The ball is thrown vertically upwards from a height of 15 m above the ground. The initial speed of the ball is 10 m / s. How long does it take for the ball to hit the ground after being thrown? What is the speed of the ball just before hitting the ground?
H = 15 meters – the height from which the ball was thrown vertically upwards;
V0 = 10 m / s – initial ball velocity;
g = 10 m / s ^ 2 – acceleration of gravity.
It is required to find the time of the ball falling to the ground t (seconds) and the ball velocity V (m / s) at the moment of impact.
Since at the maximum point the speed of the ball will be zero, we find the flight time of the ball from the height H to the maximum height:
t1 = V0 / g = 10/10 = 1 second.
Then the ball will rise to a height:
H = H0 + V0 * t1 – g * t1 ^ 2/2 = 15 + 10 * 1 – 10 * 1/2 = 15 + 10 – 5 = 20 meters.
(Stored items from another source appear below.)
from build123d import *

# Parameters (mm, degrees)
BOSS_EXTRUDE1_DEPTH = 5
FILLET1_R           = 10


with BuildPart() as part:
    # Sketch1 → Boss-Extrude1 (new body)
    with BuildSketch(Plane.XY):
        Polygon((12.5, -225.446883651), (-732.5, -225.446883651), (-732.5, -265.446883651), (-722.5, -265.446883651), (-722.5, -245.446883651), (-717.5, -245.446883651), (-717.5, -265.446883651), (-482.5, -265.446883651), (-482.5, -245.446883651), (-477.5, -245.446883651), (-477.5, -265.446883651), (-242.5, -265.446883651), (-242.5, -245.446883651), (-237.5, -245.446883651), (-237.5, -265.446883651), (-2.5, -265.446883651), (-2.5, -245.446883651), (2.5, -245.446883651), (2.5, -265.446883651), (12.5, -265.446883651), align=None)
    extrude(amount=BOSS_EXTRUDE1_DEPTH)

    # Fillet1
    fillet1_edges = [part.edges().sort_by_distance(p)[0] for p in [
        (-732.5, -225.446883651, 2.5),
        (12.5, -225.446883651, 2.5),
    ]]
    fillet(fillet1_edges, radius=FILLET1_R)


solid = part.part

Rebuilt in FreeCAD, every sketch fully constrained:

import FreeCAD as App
import Part
import Sketcher
from FreeCAD import Vector
Q = App.Units.Quantity


def edges_at(feature, points):
    """Names of the edges that pass closest to the given points."""
    edges = feature.Shape.Edges
    near = lambda p: min(range(len(edges)), key=lambda i: edges[i].distToShape(Part.Vertex(*p))[0])
    return sorted({f"Edge{near(p) + 1}" for p in points})


def add_polygon(sketch, points):
    """Adds a closed chain of lines whose ends are joined by coincident constraints."""
    first, n = sketch.GeometryCount, len(points)
    for a, b in zip(points, points[1:] + points[:1]):
        sketch.addGeometry(Part.LineSegment(App.Vector(*a, 0), App.Vector(*b, 0)), False)
    for i in range(n):
        sketch.addConstraint(Sketcher.Constraint("Coincident", first + i, 2, first + (i + 1) % n, 1))

doc = App.newDocument("Part")
body = doc.addObject("PartDesign::Body", "Body")

# Sketch on XY plane
sketch1 = doc.addObject("Sketcher::SketchObject", "Sketch")
body.addObject(sketch1)
sketch1.AttachmentSupport = (doc.XY_Plane, [""])
sketch1.MapMode = "FlatFace"
add_polygon(sketch1, [(12, -225), (-732, -225), (-732, -265), (-722, -265), (-722, -245), (-718, -245), (-718, -265), (-482, -265), (-482, -245), (-478, -245), (-478, -265), (-242, -265), (-242, -245), (-238, -245), (-238, -265), (-2, -265), (-2, -245), (2, -245), (2, -265), (12, -265)])  # lines 0-19
sketch1.addConstraint([
    Sketcher.Constraint("Horizontal", 0),
    Sketcher.Constraint("Vertical", 1),
    Sketcher.Constraint("Horizontal", 2),
    Sketcher.Constraint("Vertical", 3),
    Sketcher.Constraint("Horizontal", 4),
    Sketcher.Constraint("Vertical", 5),
    Sketcher.Constraint("Horizontal", 6),
    Sketcher.Constraint("Vertical", 7),
    Sketcher.Constraint("Horizontal", 8),
    Sketcher.Constraint("Vertical", 9),
    Sketcher.Constraint("Horizontal", 10),
    Sketcher.Constraint("Vertical", 11),
    Sketcher.Constraint("Horizontal", 12),
    Sketcher.Constraint("Vertical", 13),
    Sketcher.Constraint("Horizontal", 14),
    Sketcher.Constraint("Vertical", 15),
    Sketcher.Constraint("Horizontal", 16),
    Sketcher.Constraint("Vertical", 17),
    Sketcher.Constraint("Horizontal", 18),
    Sketcher.Constraint("Vertical", 19),
    Sketcher.Constraint("Symmetric", 14, 2, 17, 2, -2),
    Sketcher.Constraint("Horizontal", 2, 2, 5, 2),
    Sketcher.Constraint("Horizontal", 4, 2, 7, 2),
    Sketcher.Constraint("Horizontal", 6, 2, 9, 2),
    Sketcher.Constraint("Horizontal", 8, 2, 11, 2),
    Sketcher.Constraint("Horizontal", 10, 2, 13, 2),
    Sketcher.Constraint("Horizontal", 12, 2, 15, 2),
    Sketcher.Constraint("Equal", 4, 8),
    Sketcher.Constraint("Equal", 6, 10),
    Sketcher.Constraint("Equal", 8, 12),
    Sketcher.Constraint("Equal", 10, 14),
    Sketcher.Constraint("Equal", 12, 16),
    Sketcher.Constraint("Equal", 2, 18),
    Sketcher.Constraint("DistanceX", 0, 2, 0, 1, Q("745 mm")),
    Sketcher.Constraint("DistanceX", 2, 1, 2, 2, Q("10 mm")),
    Sketcher.Constraint("DistanceX", 4, 1, 4, 2, Q("5 mm")),
    Sketcher.Constraint("DistanceY", 1, 2, 1, 1, Q("40 mm")),
    Sketcher.Constraint("DistanceY", 3, 1, 3, 2, Q("20 mm")),
    Sketcher.Constraint("DistanceY", 0, 2, -1, 1, Q("225.446884 mm")),
])
pad1 = doc.addObject("PartDesign::Pad", "Pad")
body.addObject(pad1)
pad1.Profile = sketch1
pad1.Length = 5
doc.recompute()

fillet = doc.addObject("PartDesign::Fillet", "Fillet")
body.addObject(fillet)
fillet.Base = (pad1, edges_at(pad1, [(-732.5, -225.447, 2.5), (12.5, -225.447, 2.5)]))
fillet.Radius = 10

doc.recompute()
From this height, the ball will fall in the time:
t2 = (2 * H / g) ^ 0.5 = (2 * 20/10) ^ 0.5 = 4 ^ 0.5 = 2 seconds.
The total time of the ball falling to the ground from the moment of throwing will be equal to:
t = t1 + t2 = 1 + 2 = 3 seconds.
The speed of the ball at the moment of hitting the ground will be equal to:
V = g * t2 = 10 * 2 = 20 m / s.
Answer: the ball will fall to the ground 3 seconds after the throw, its velocity at the moment of impact will be equal to 20 m / s.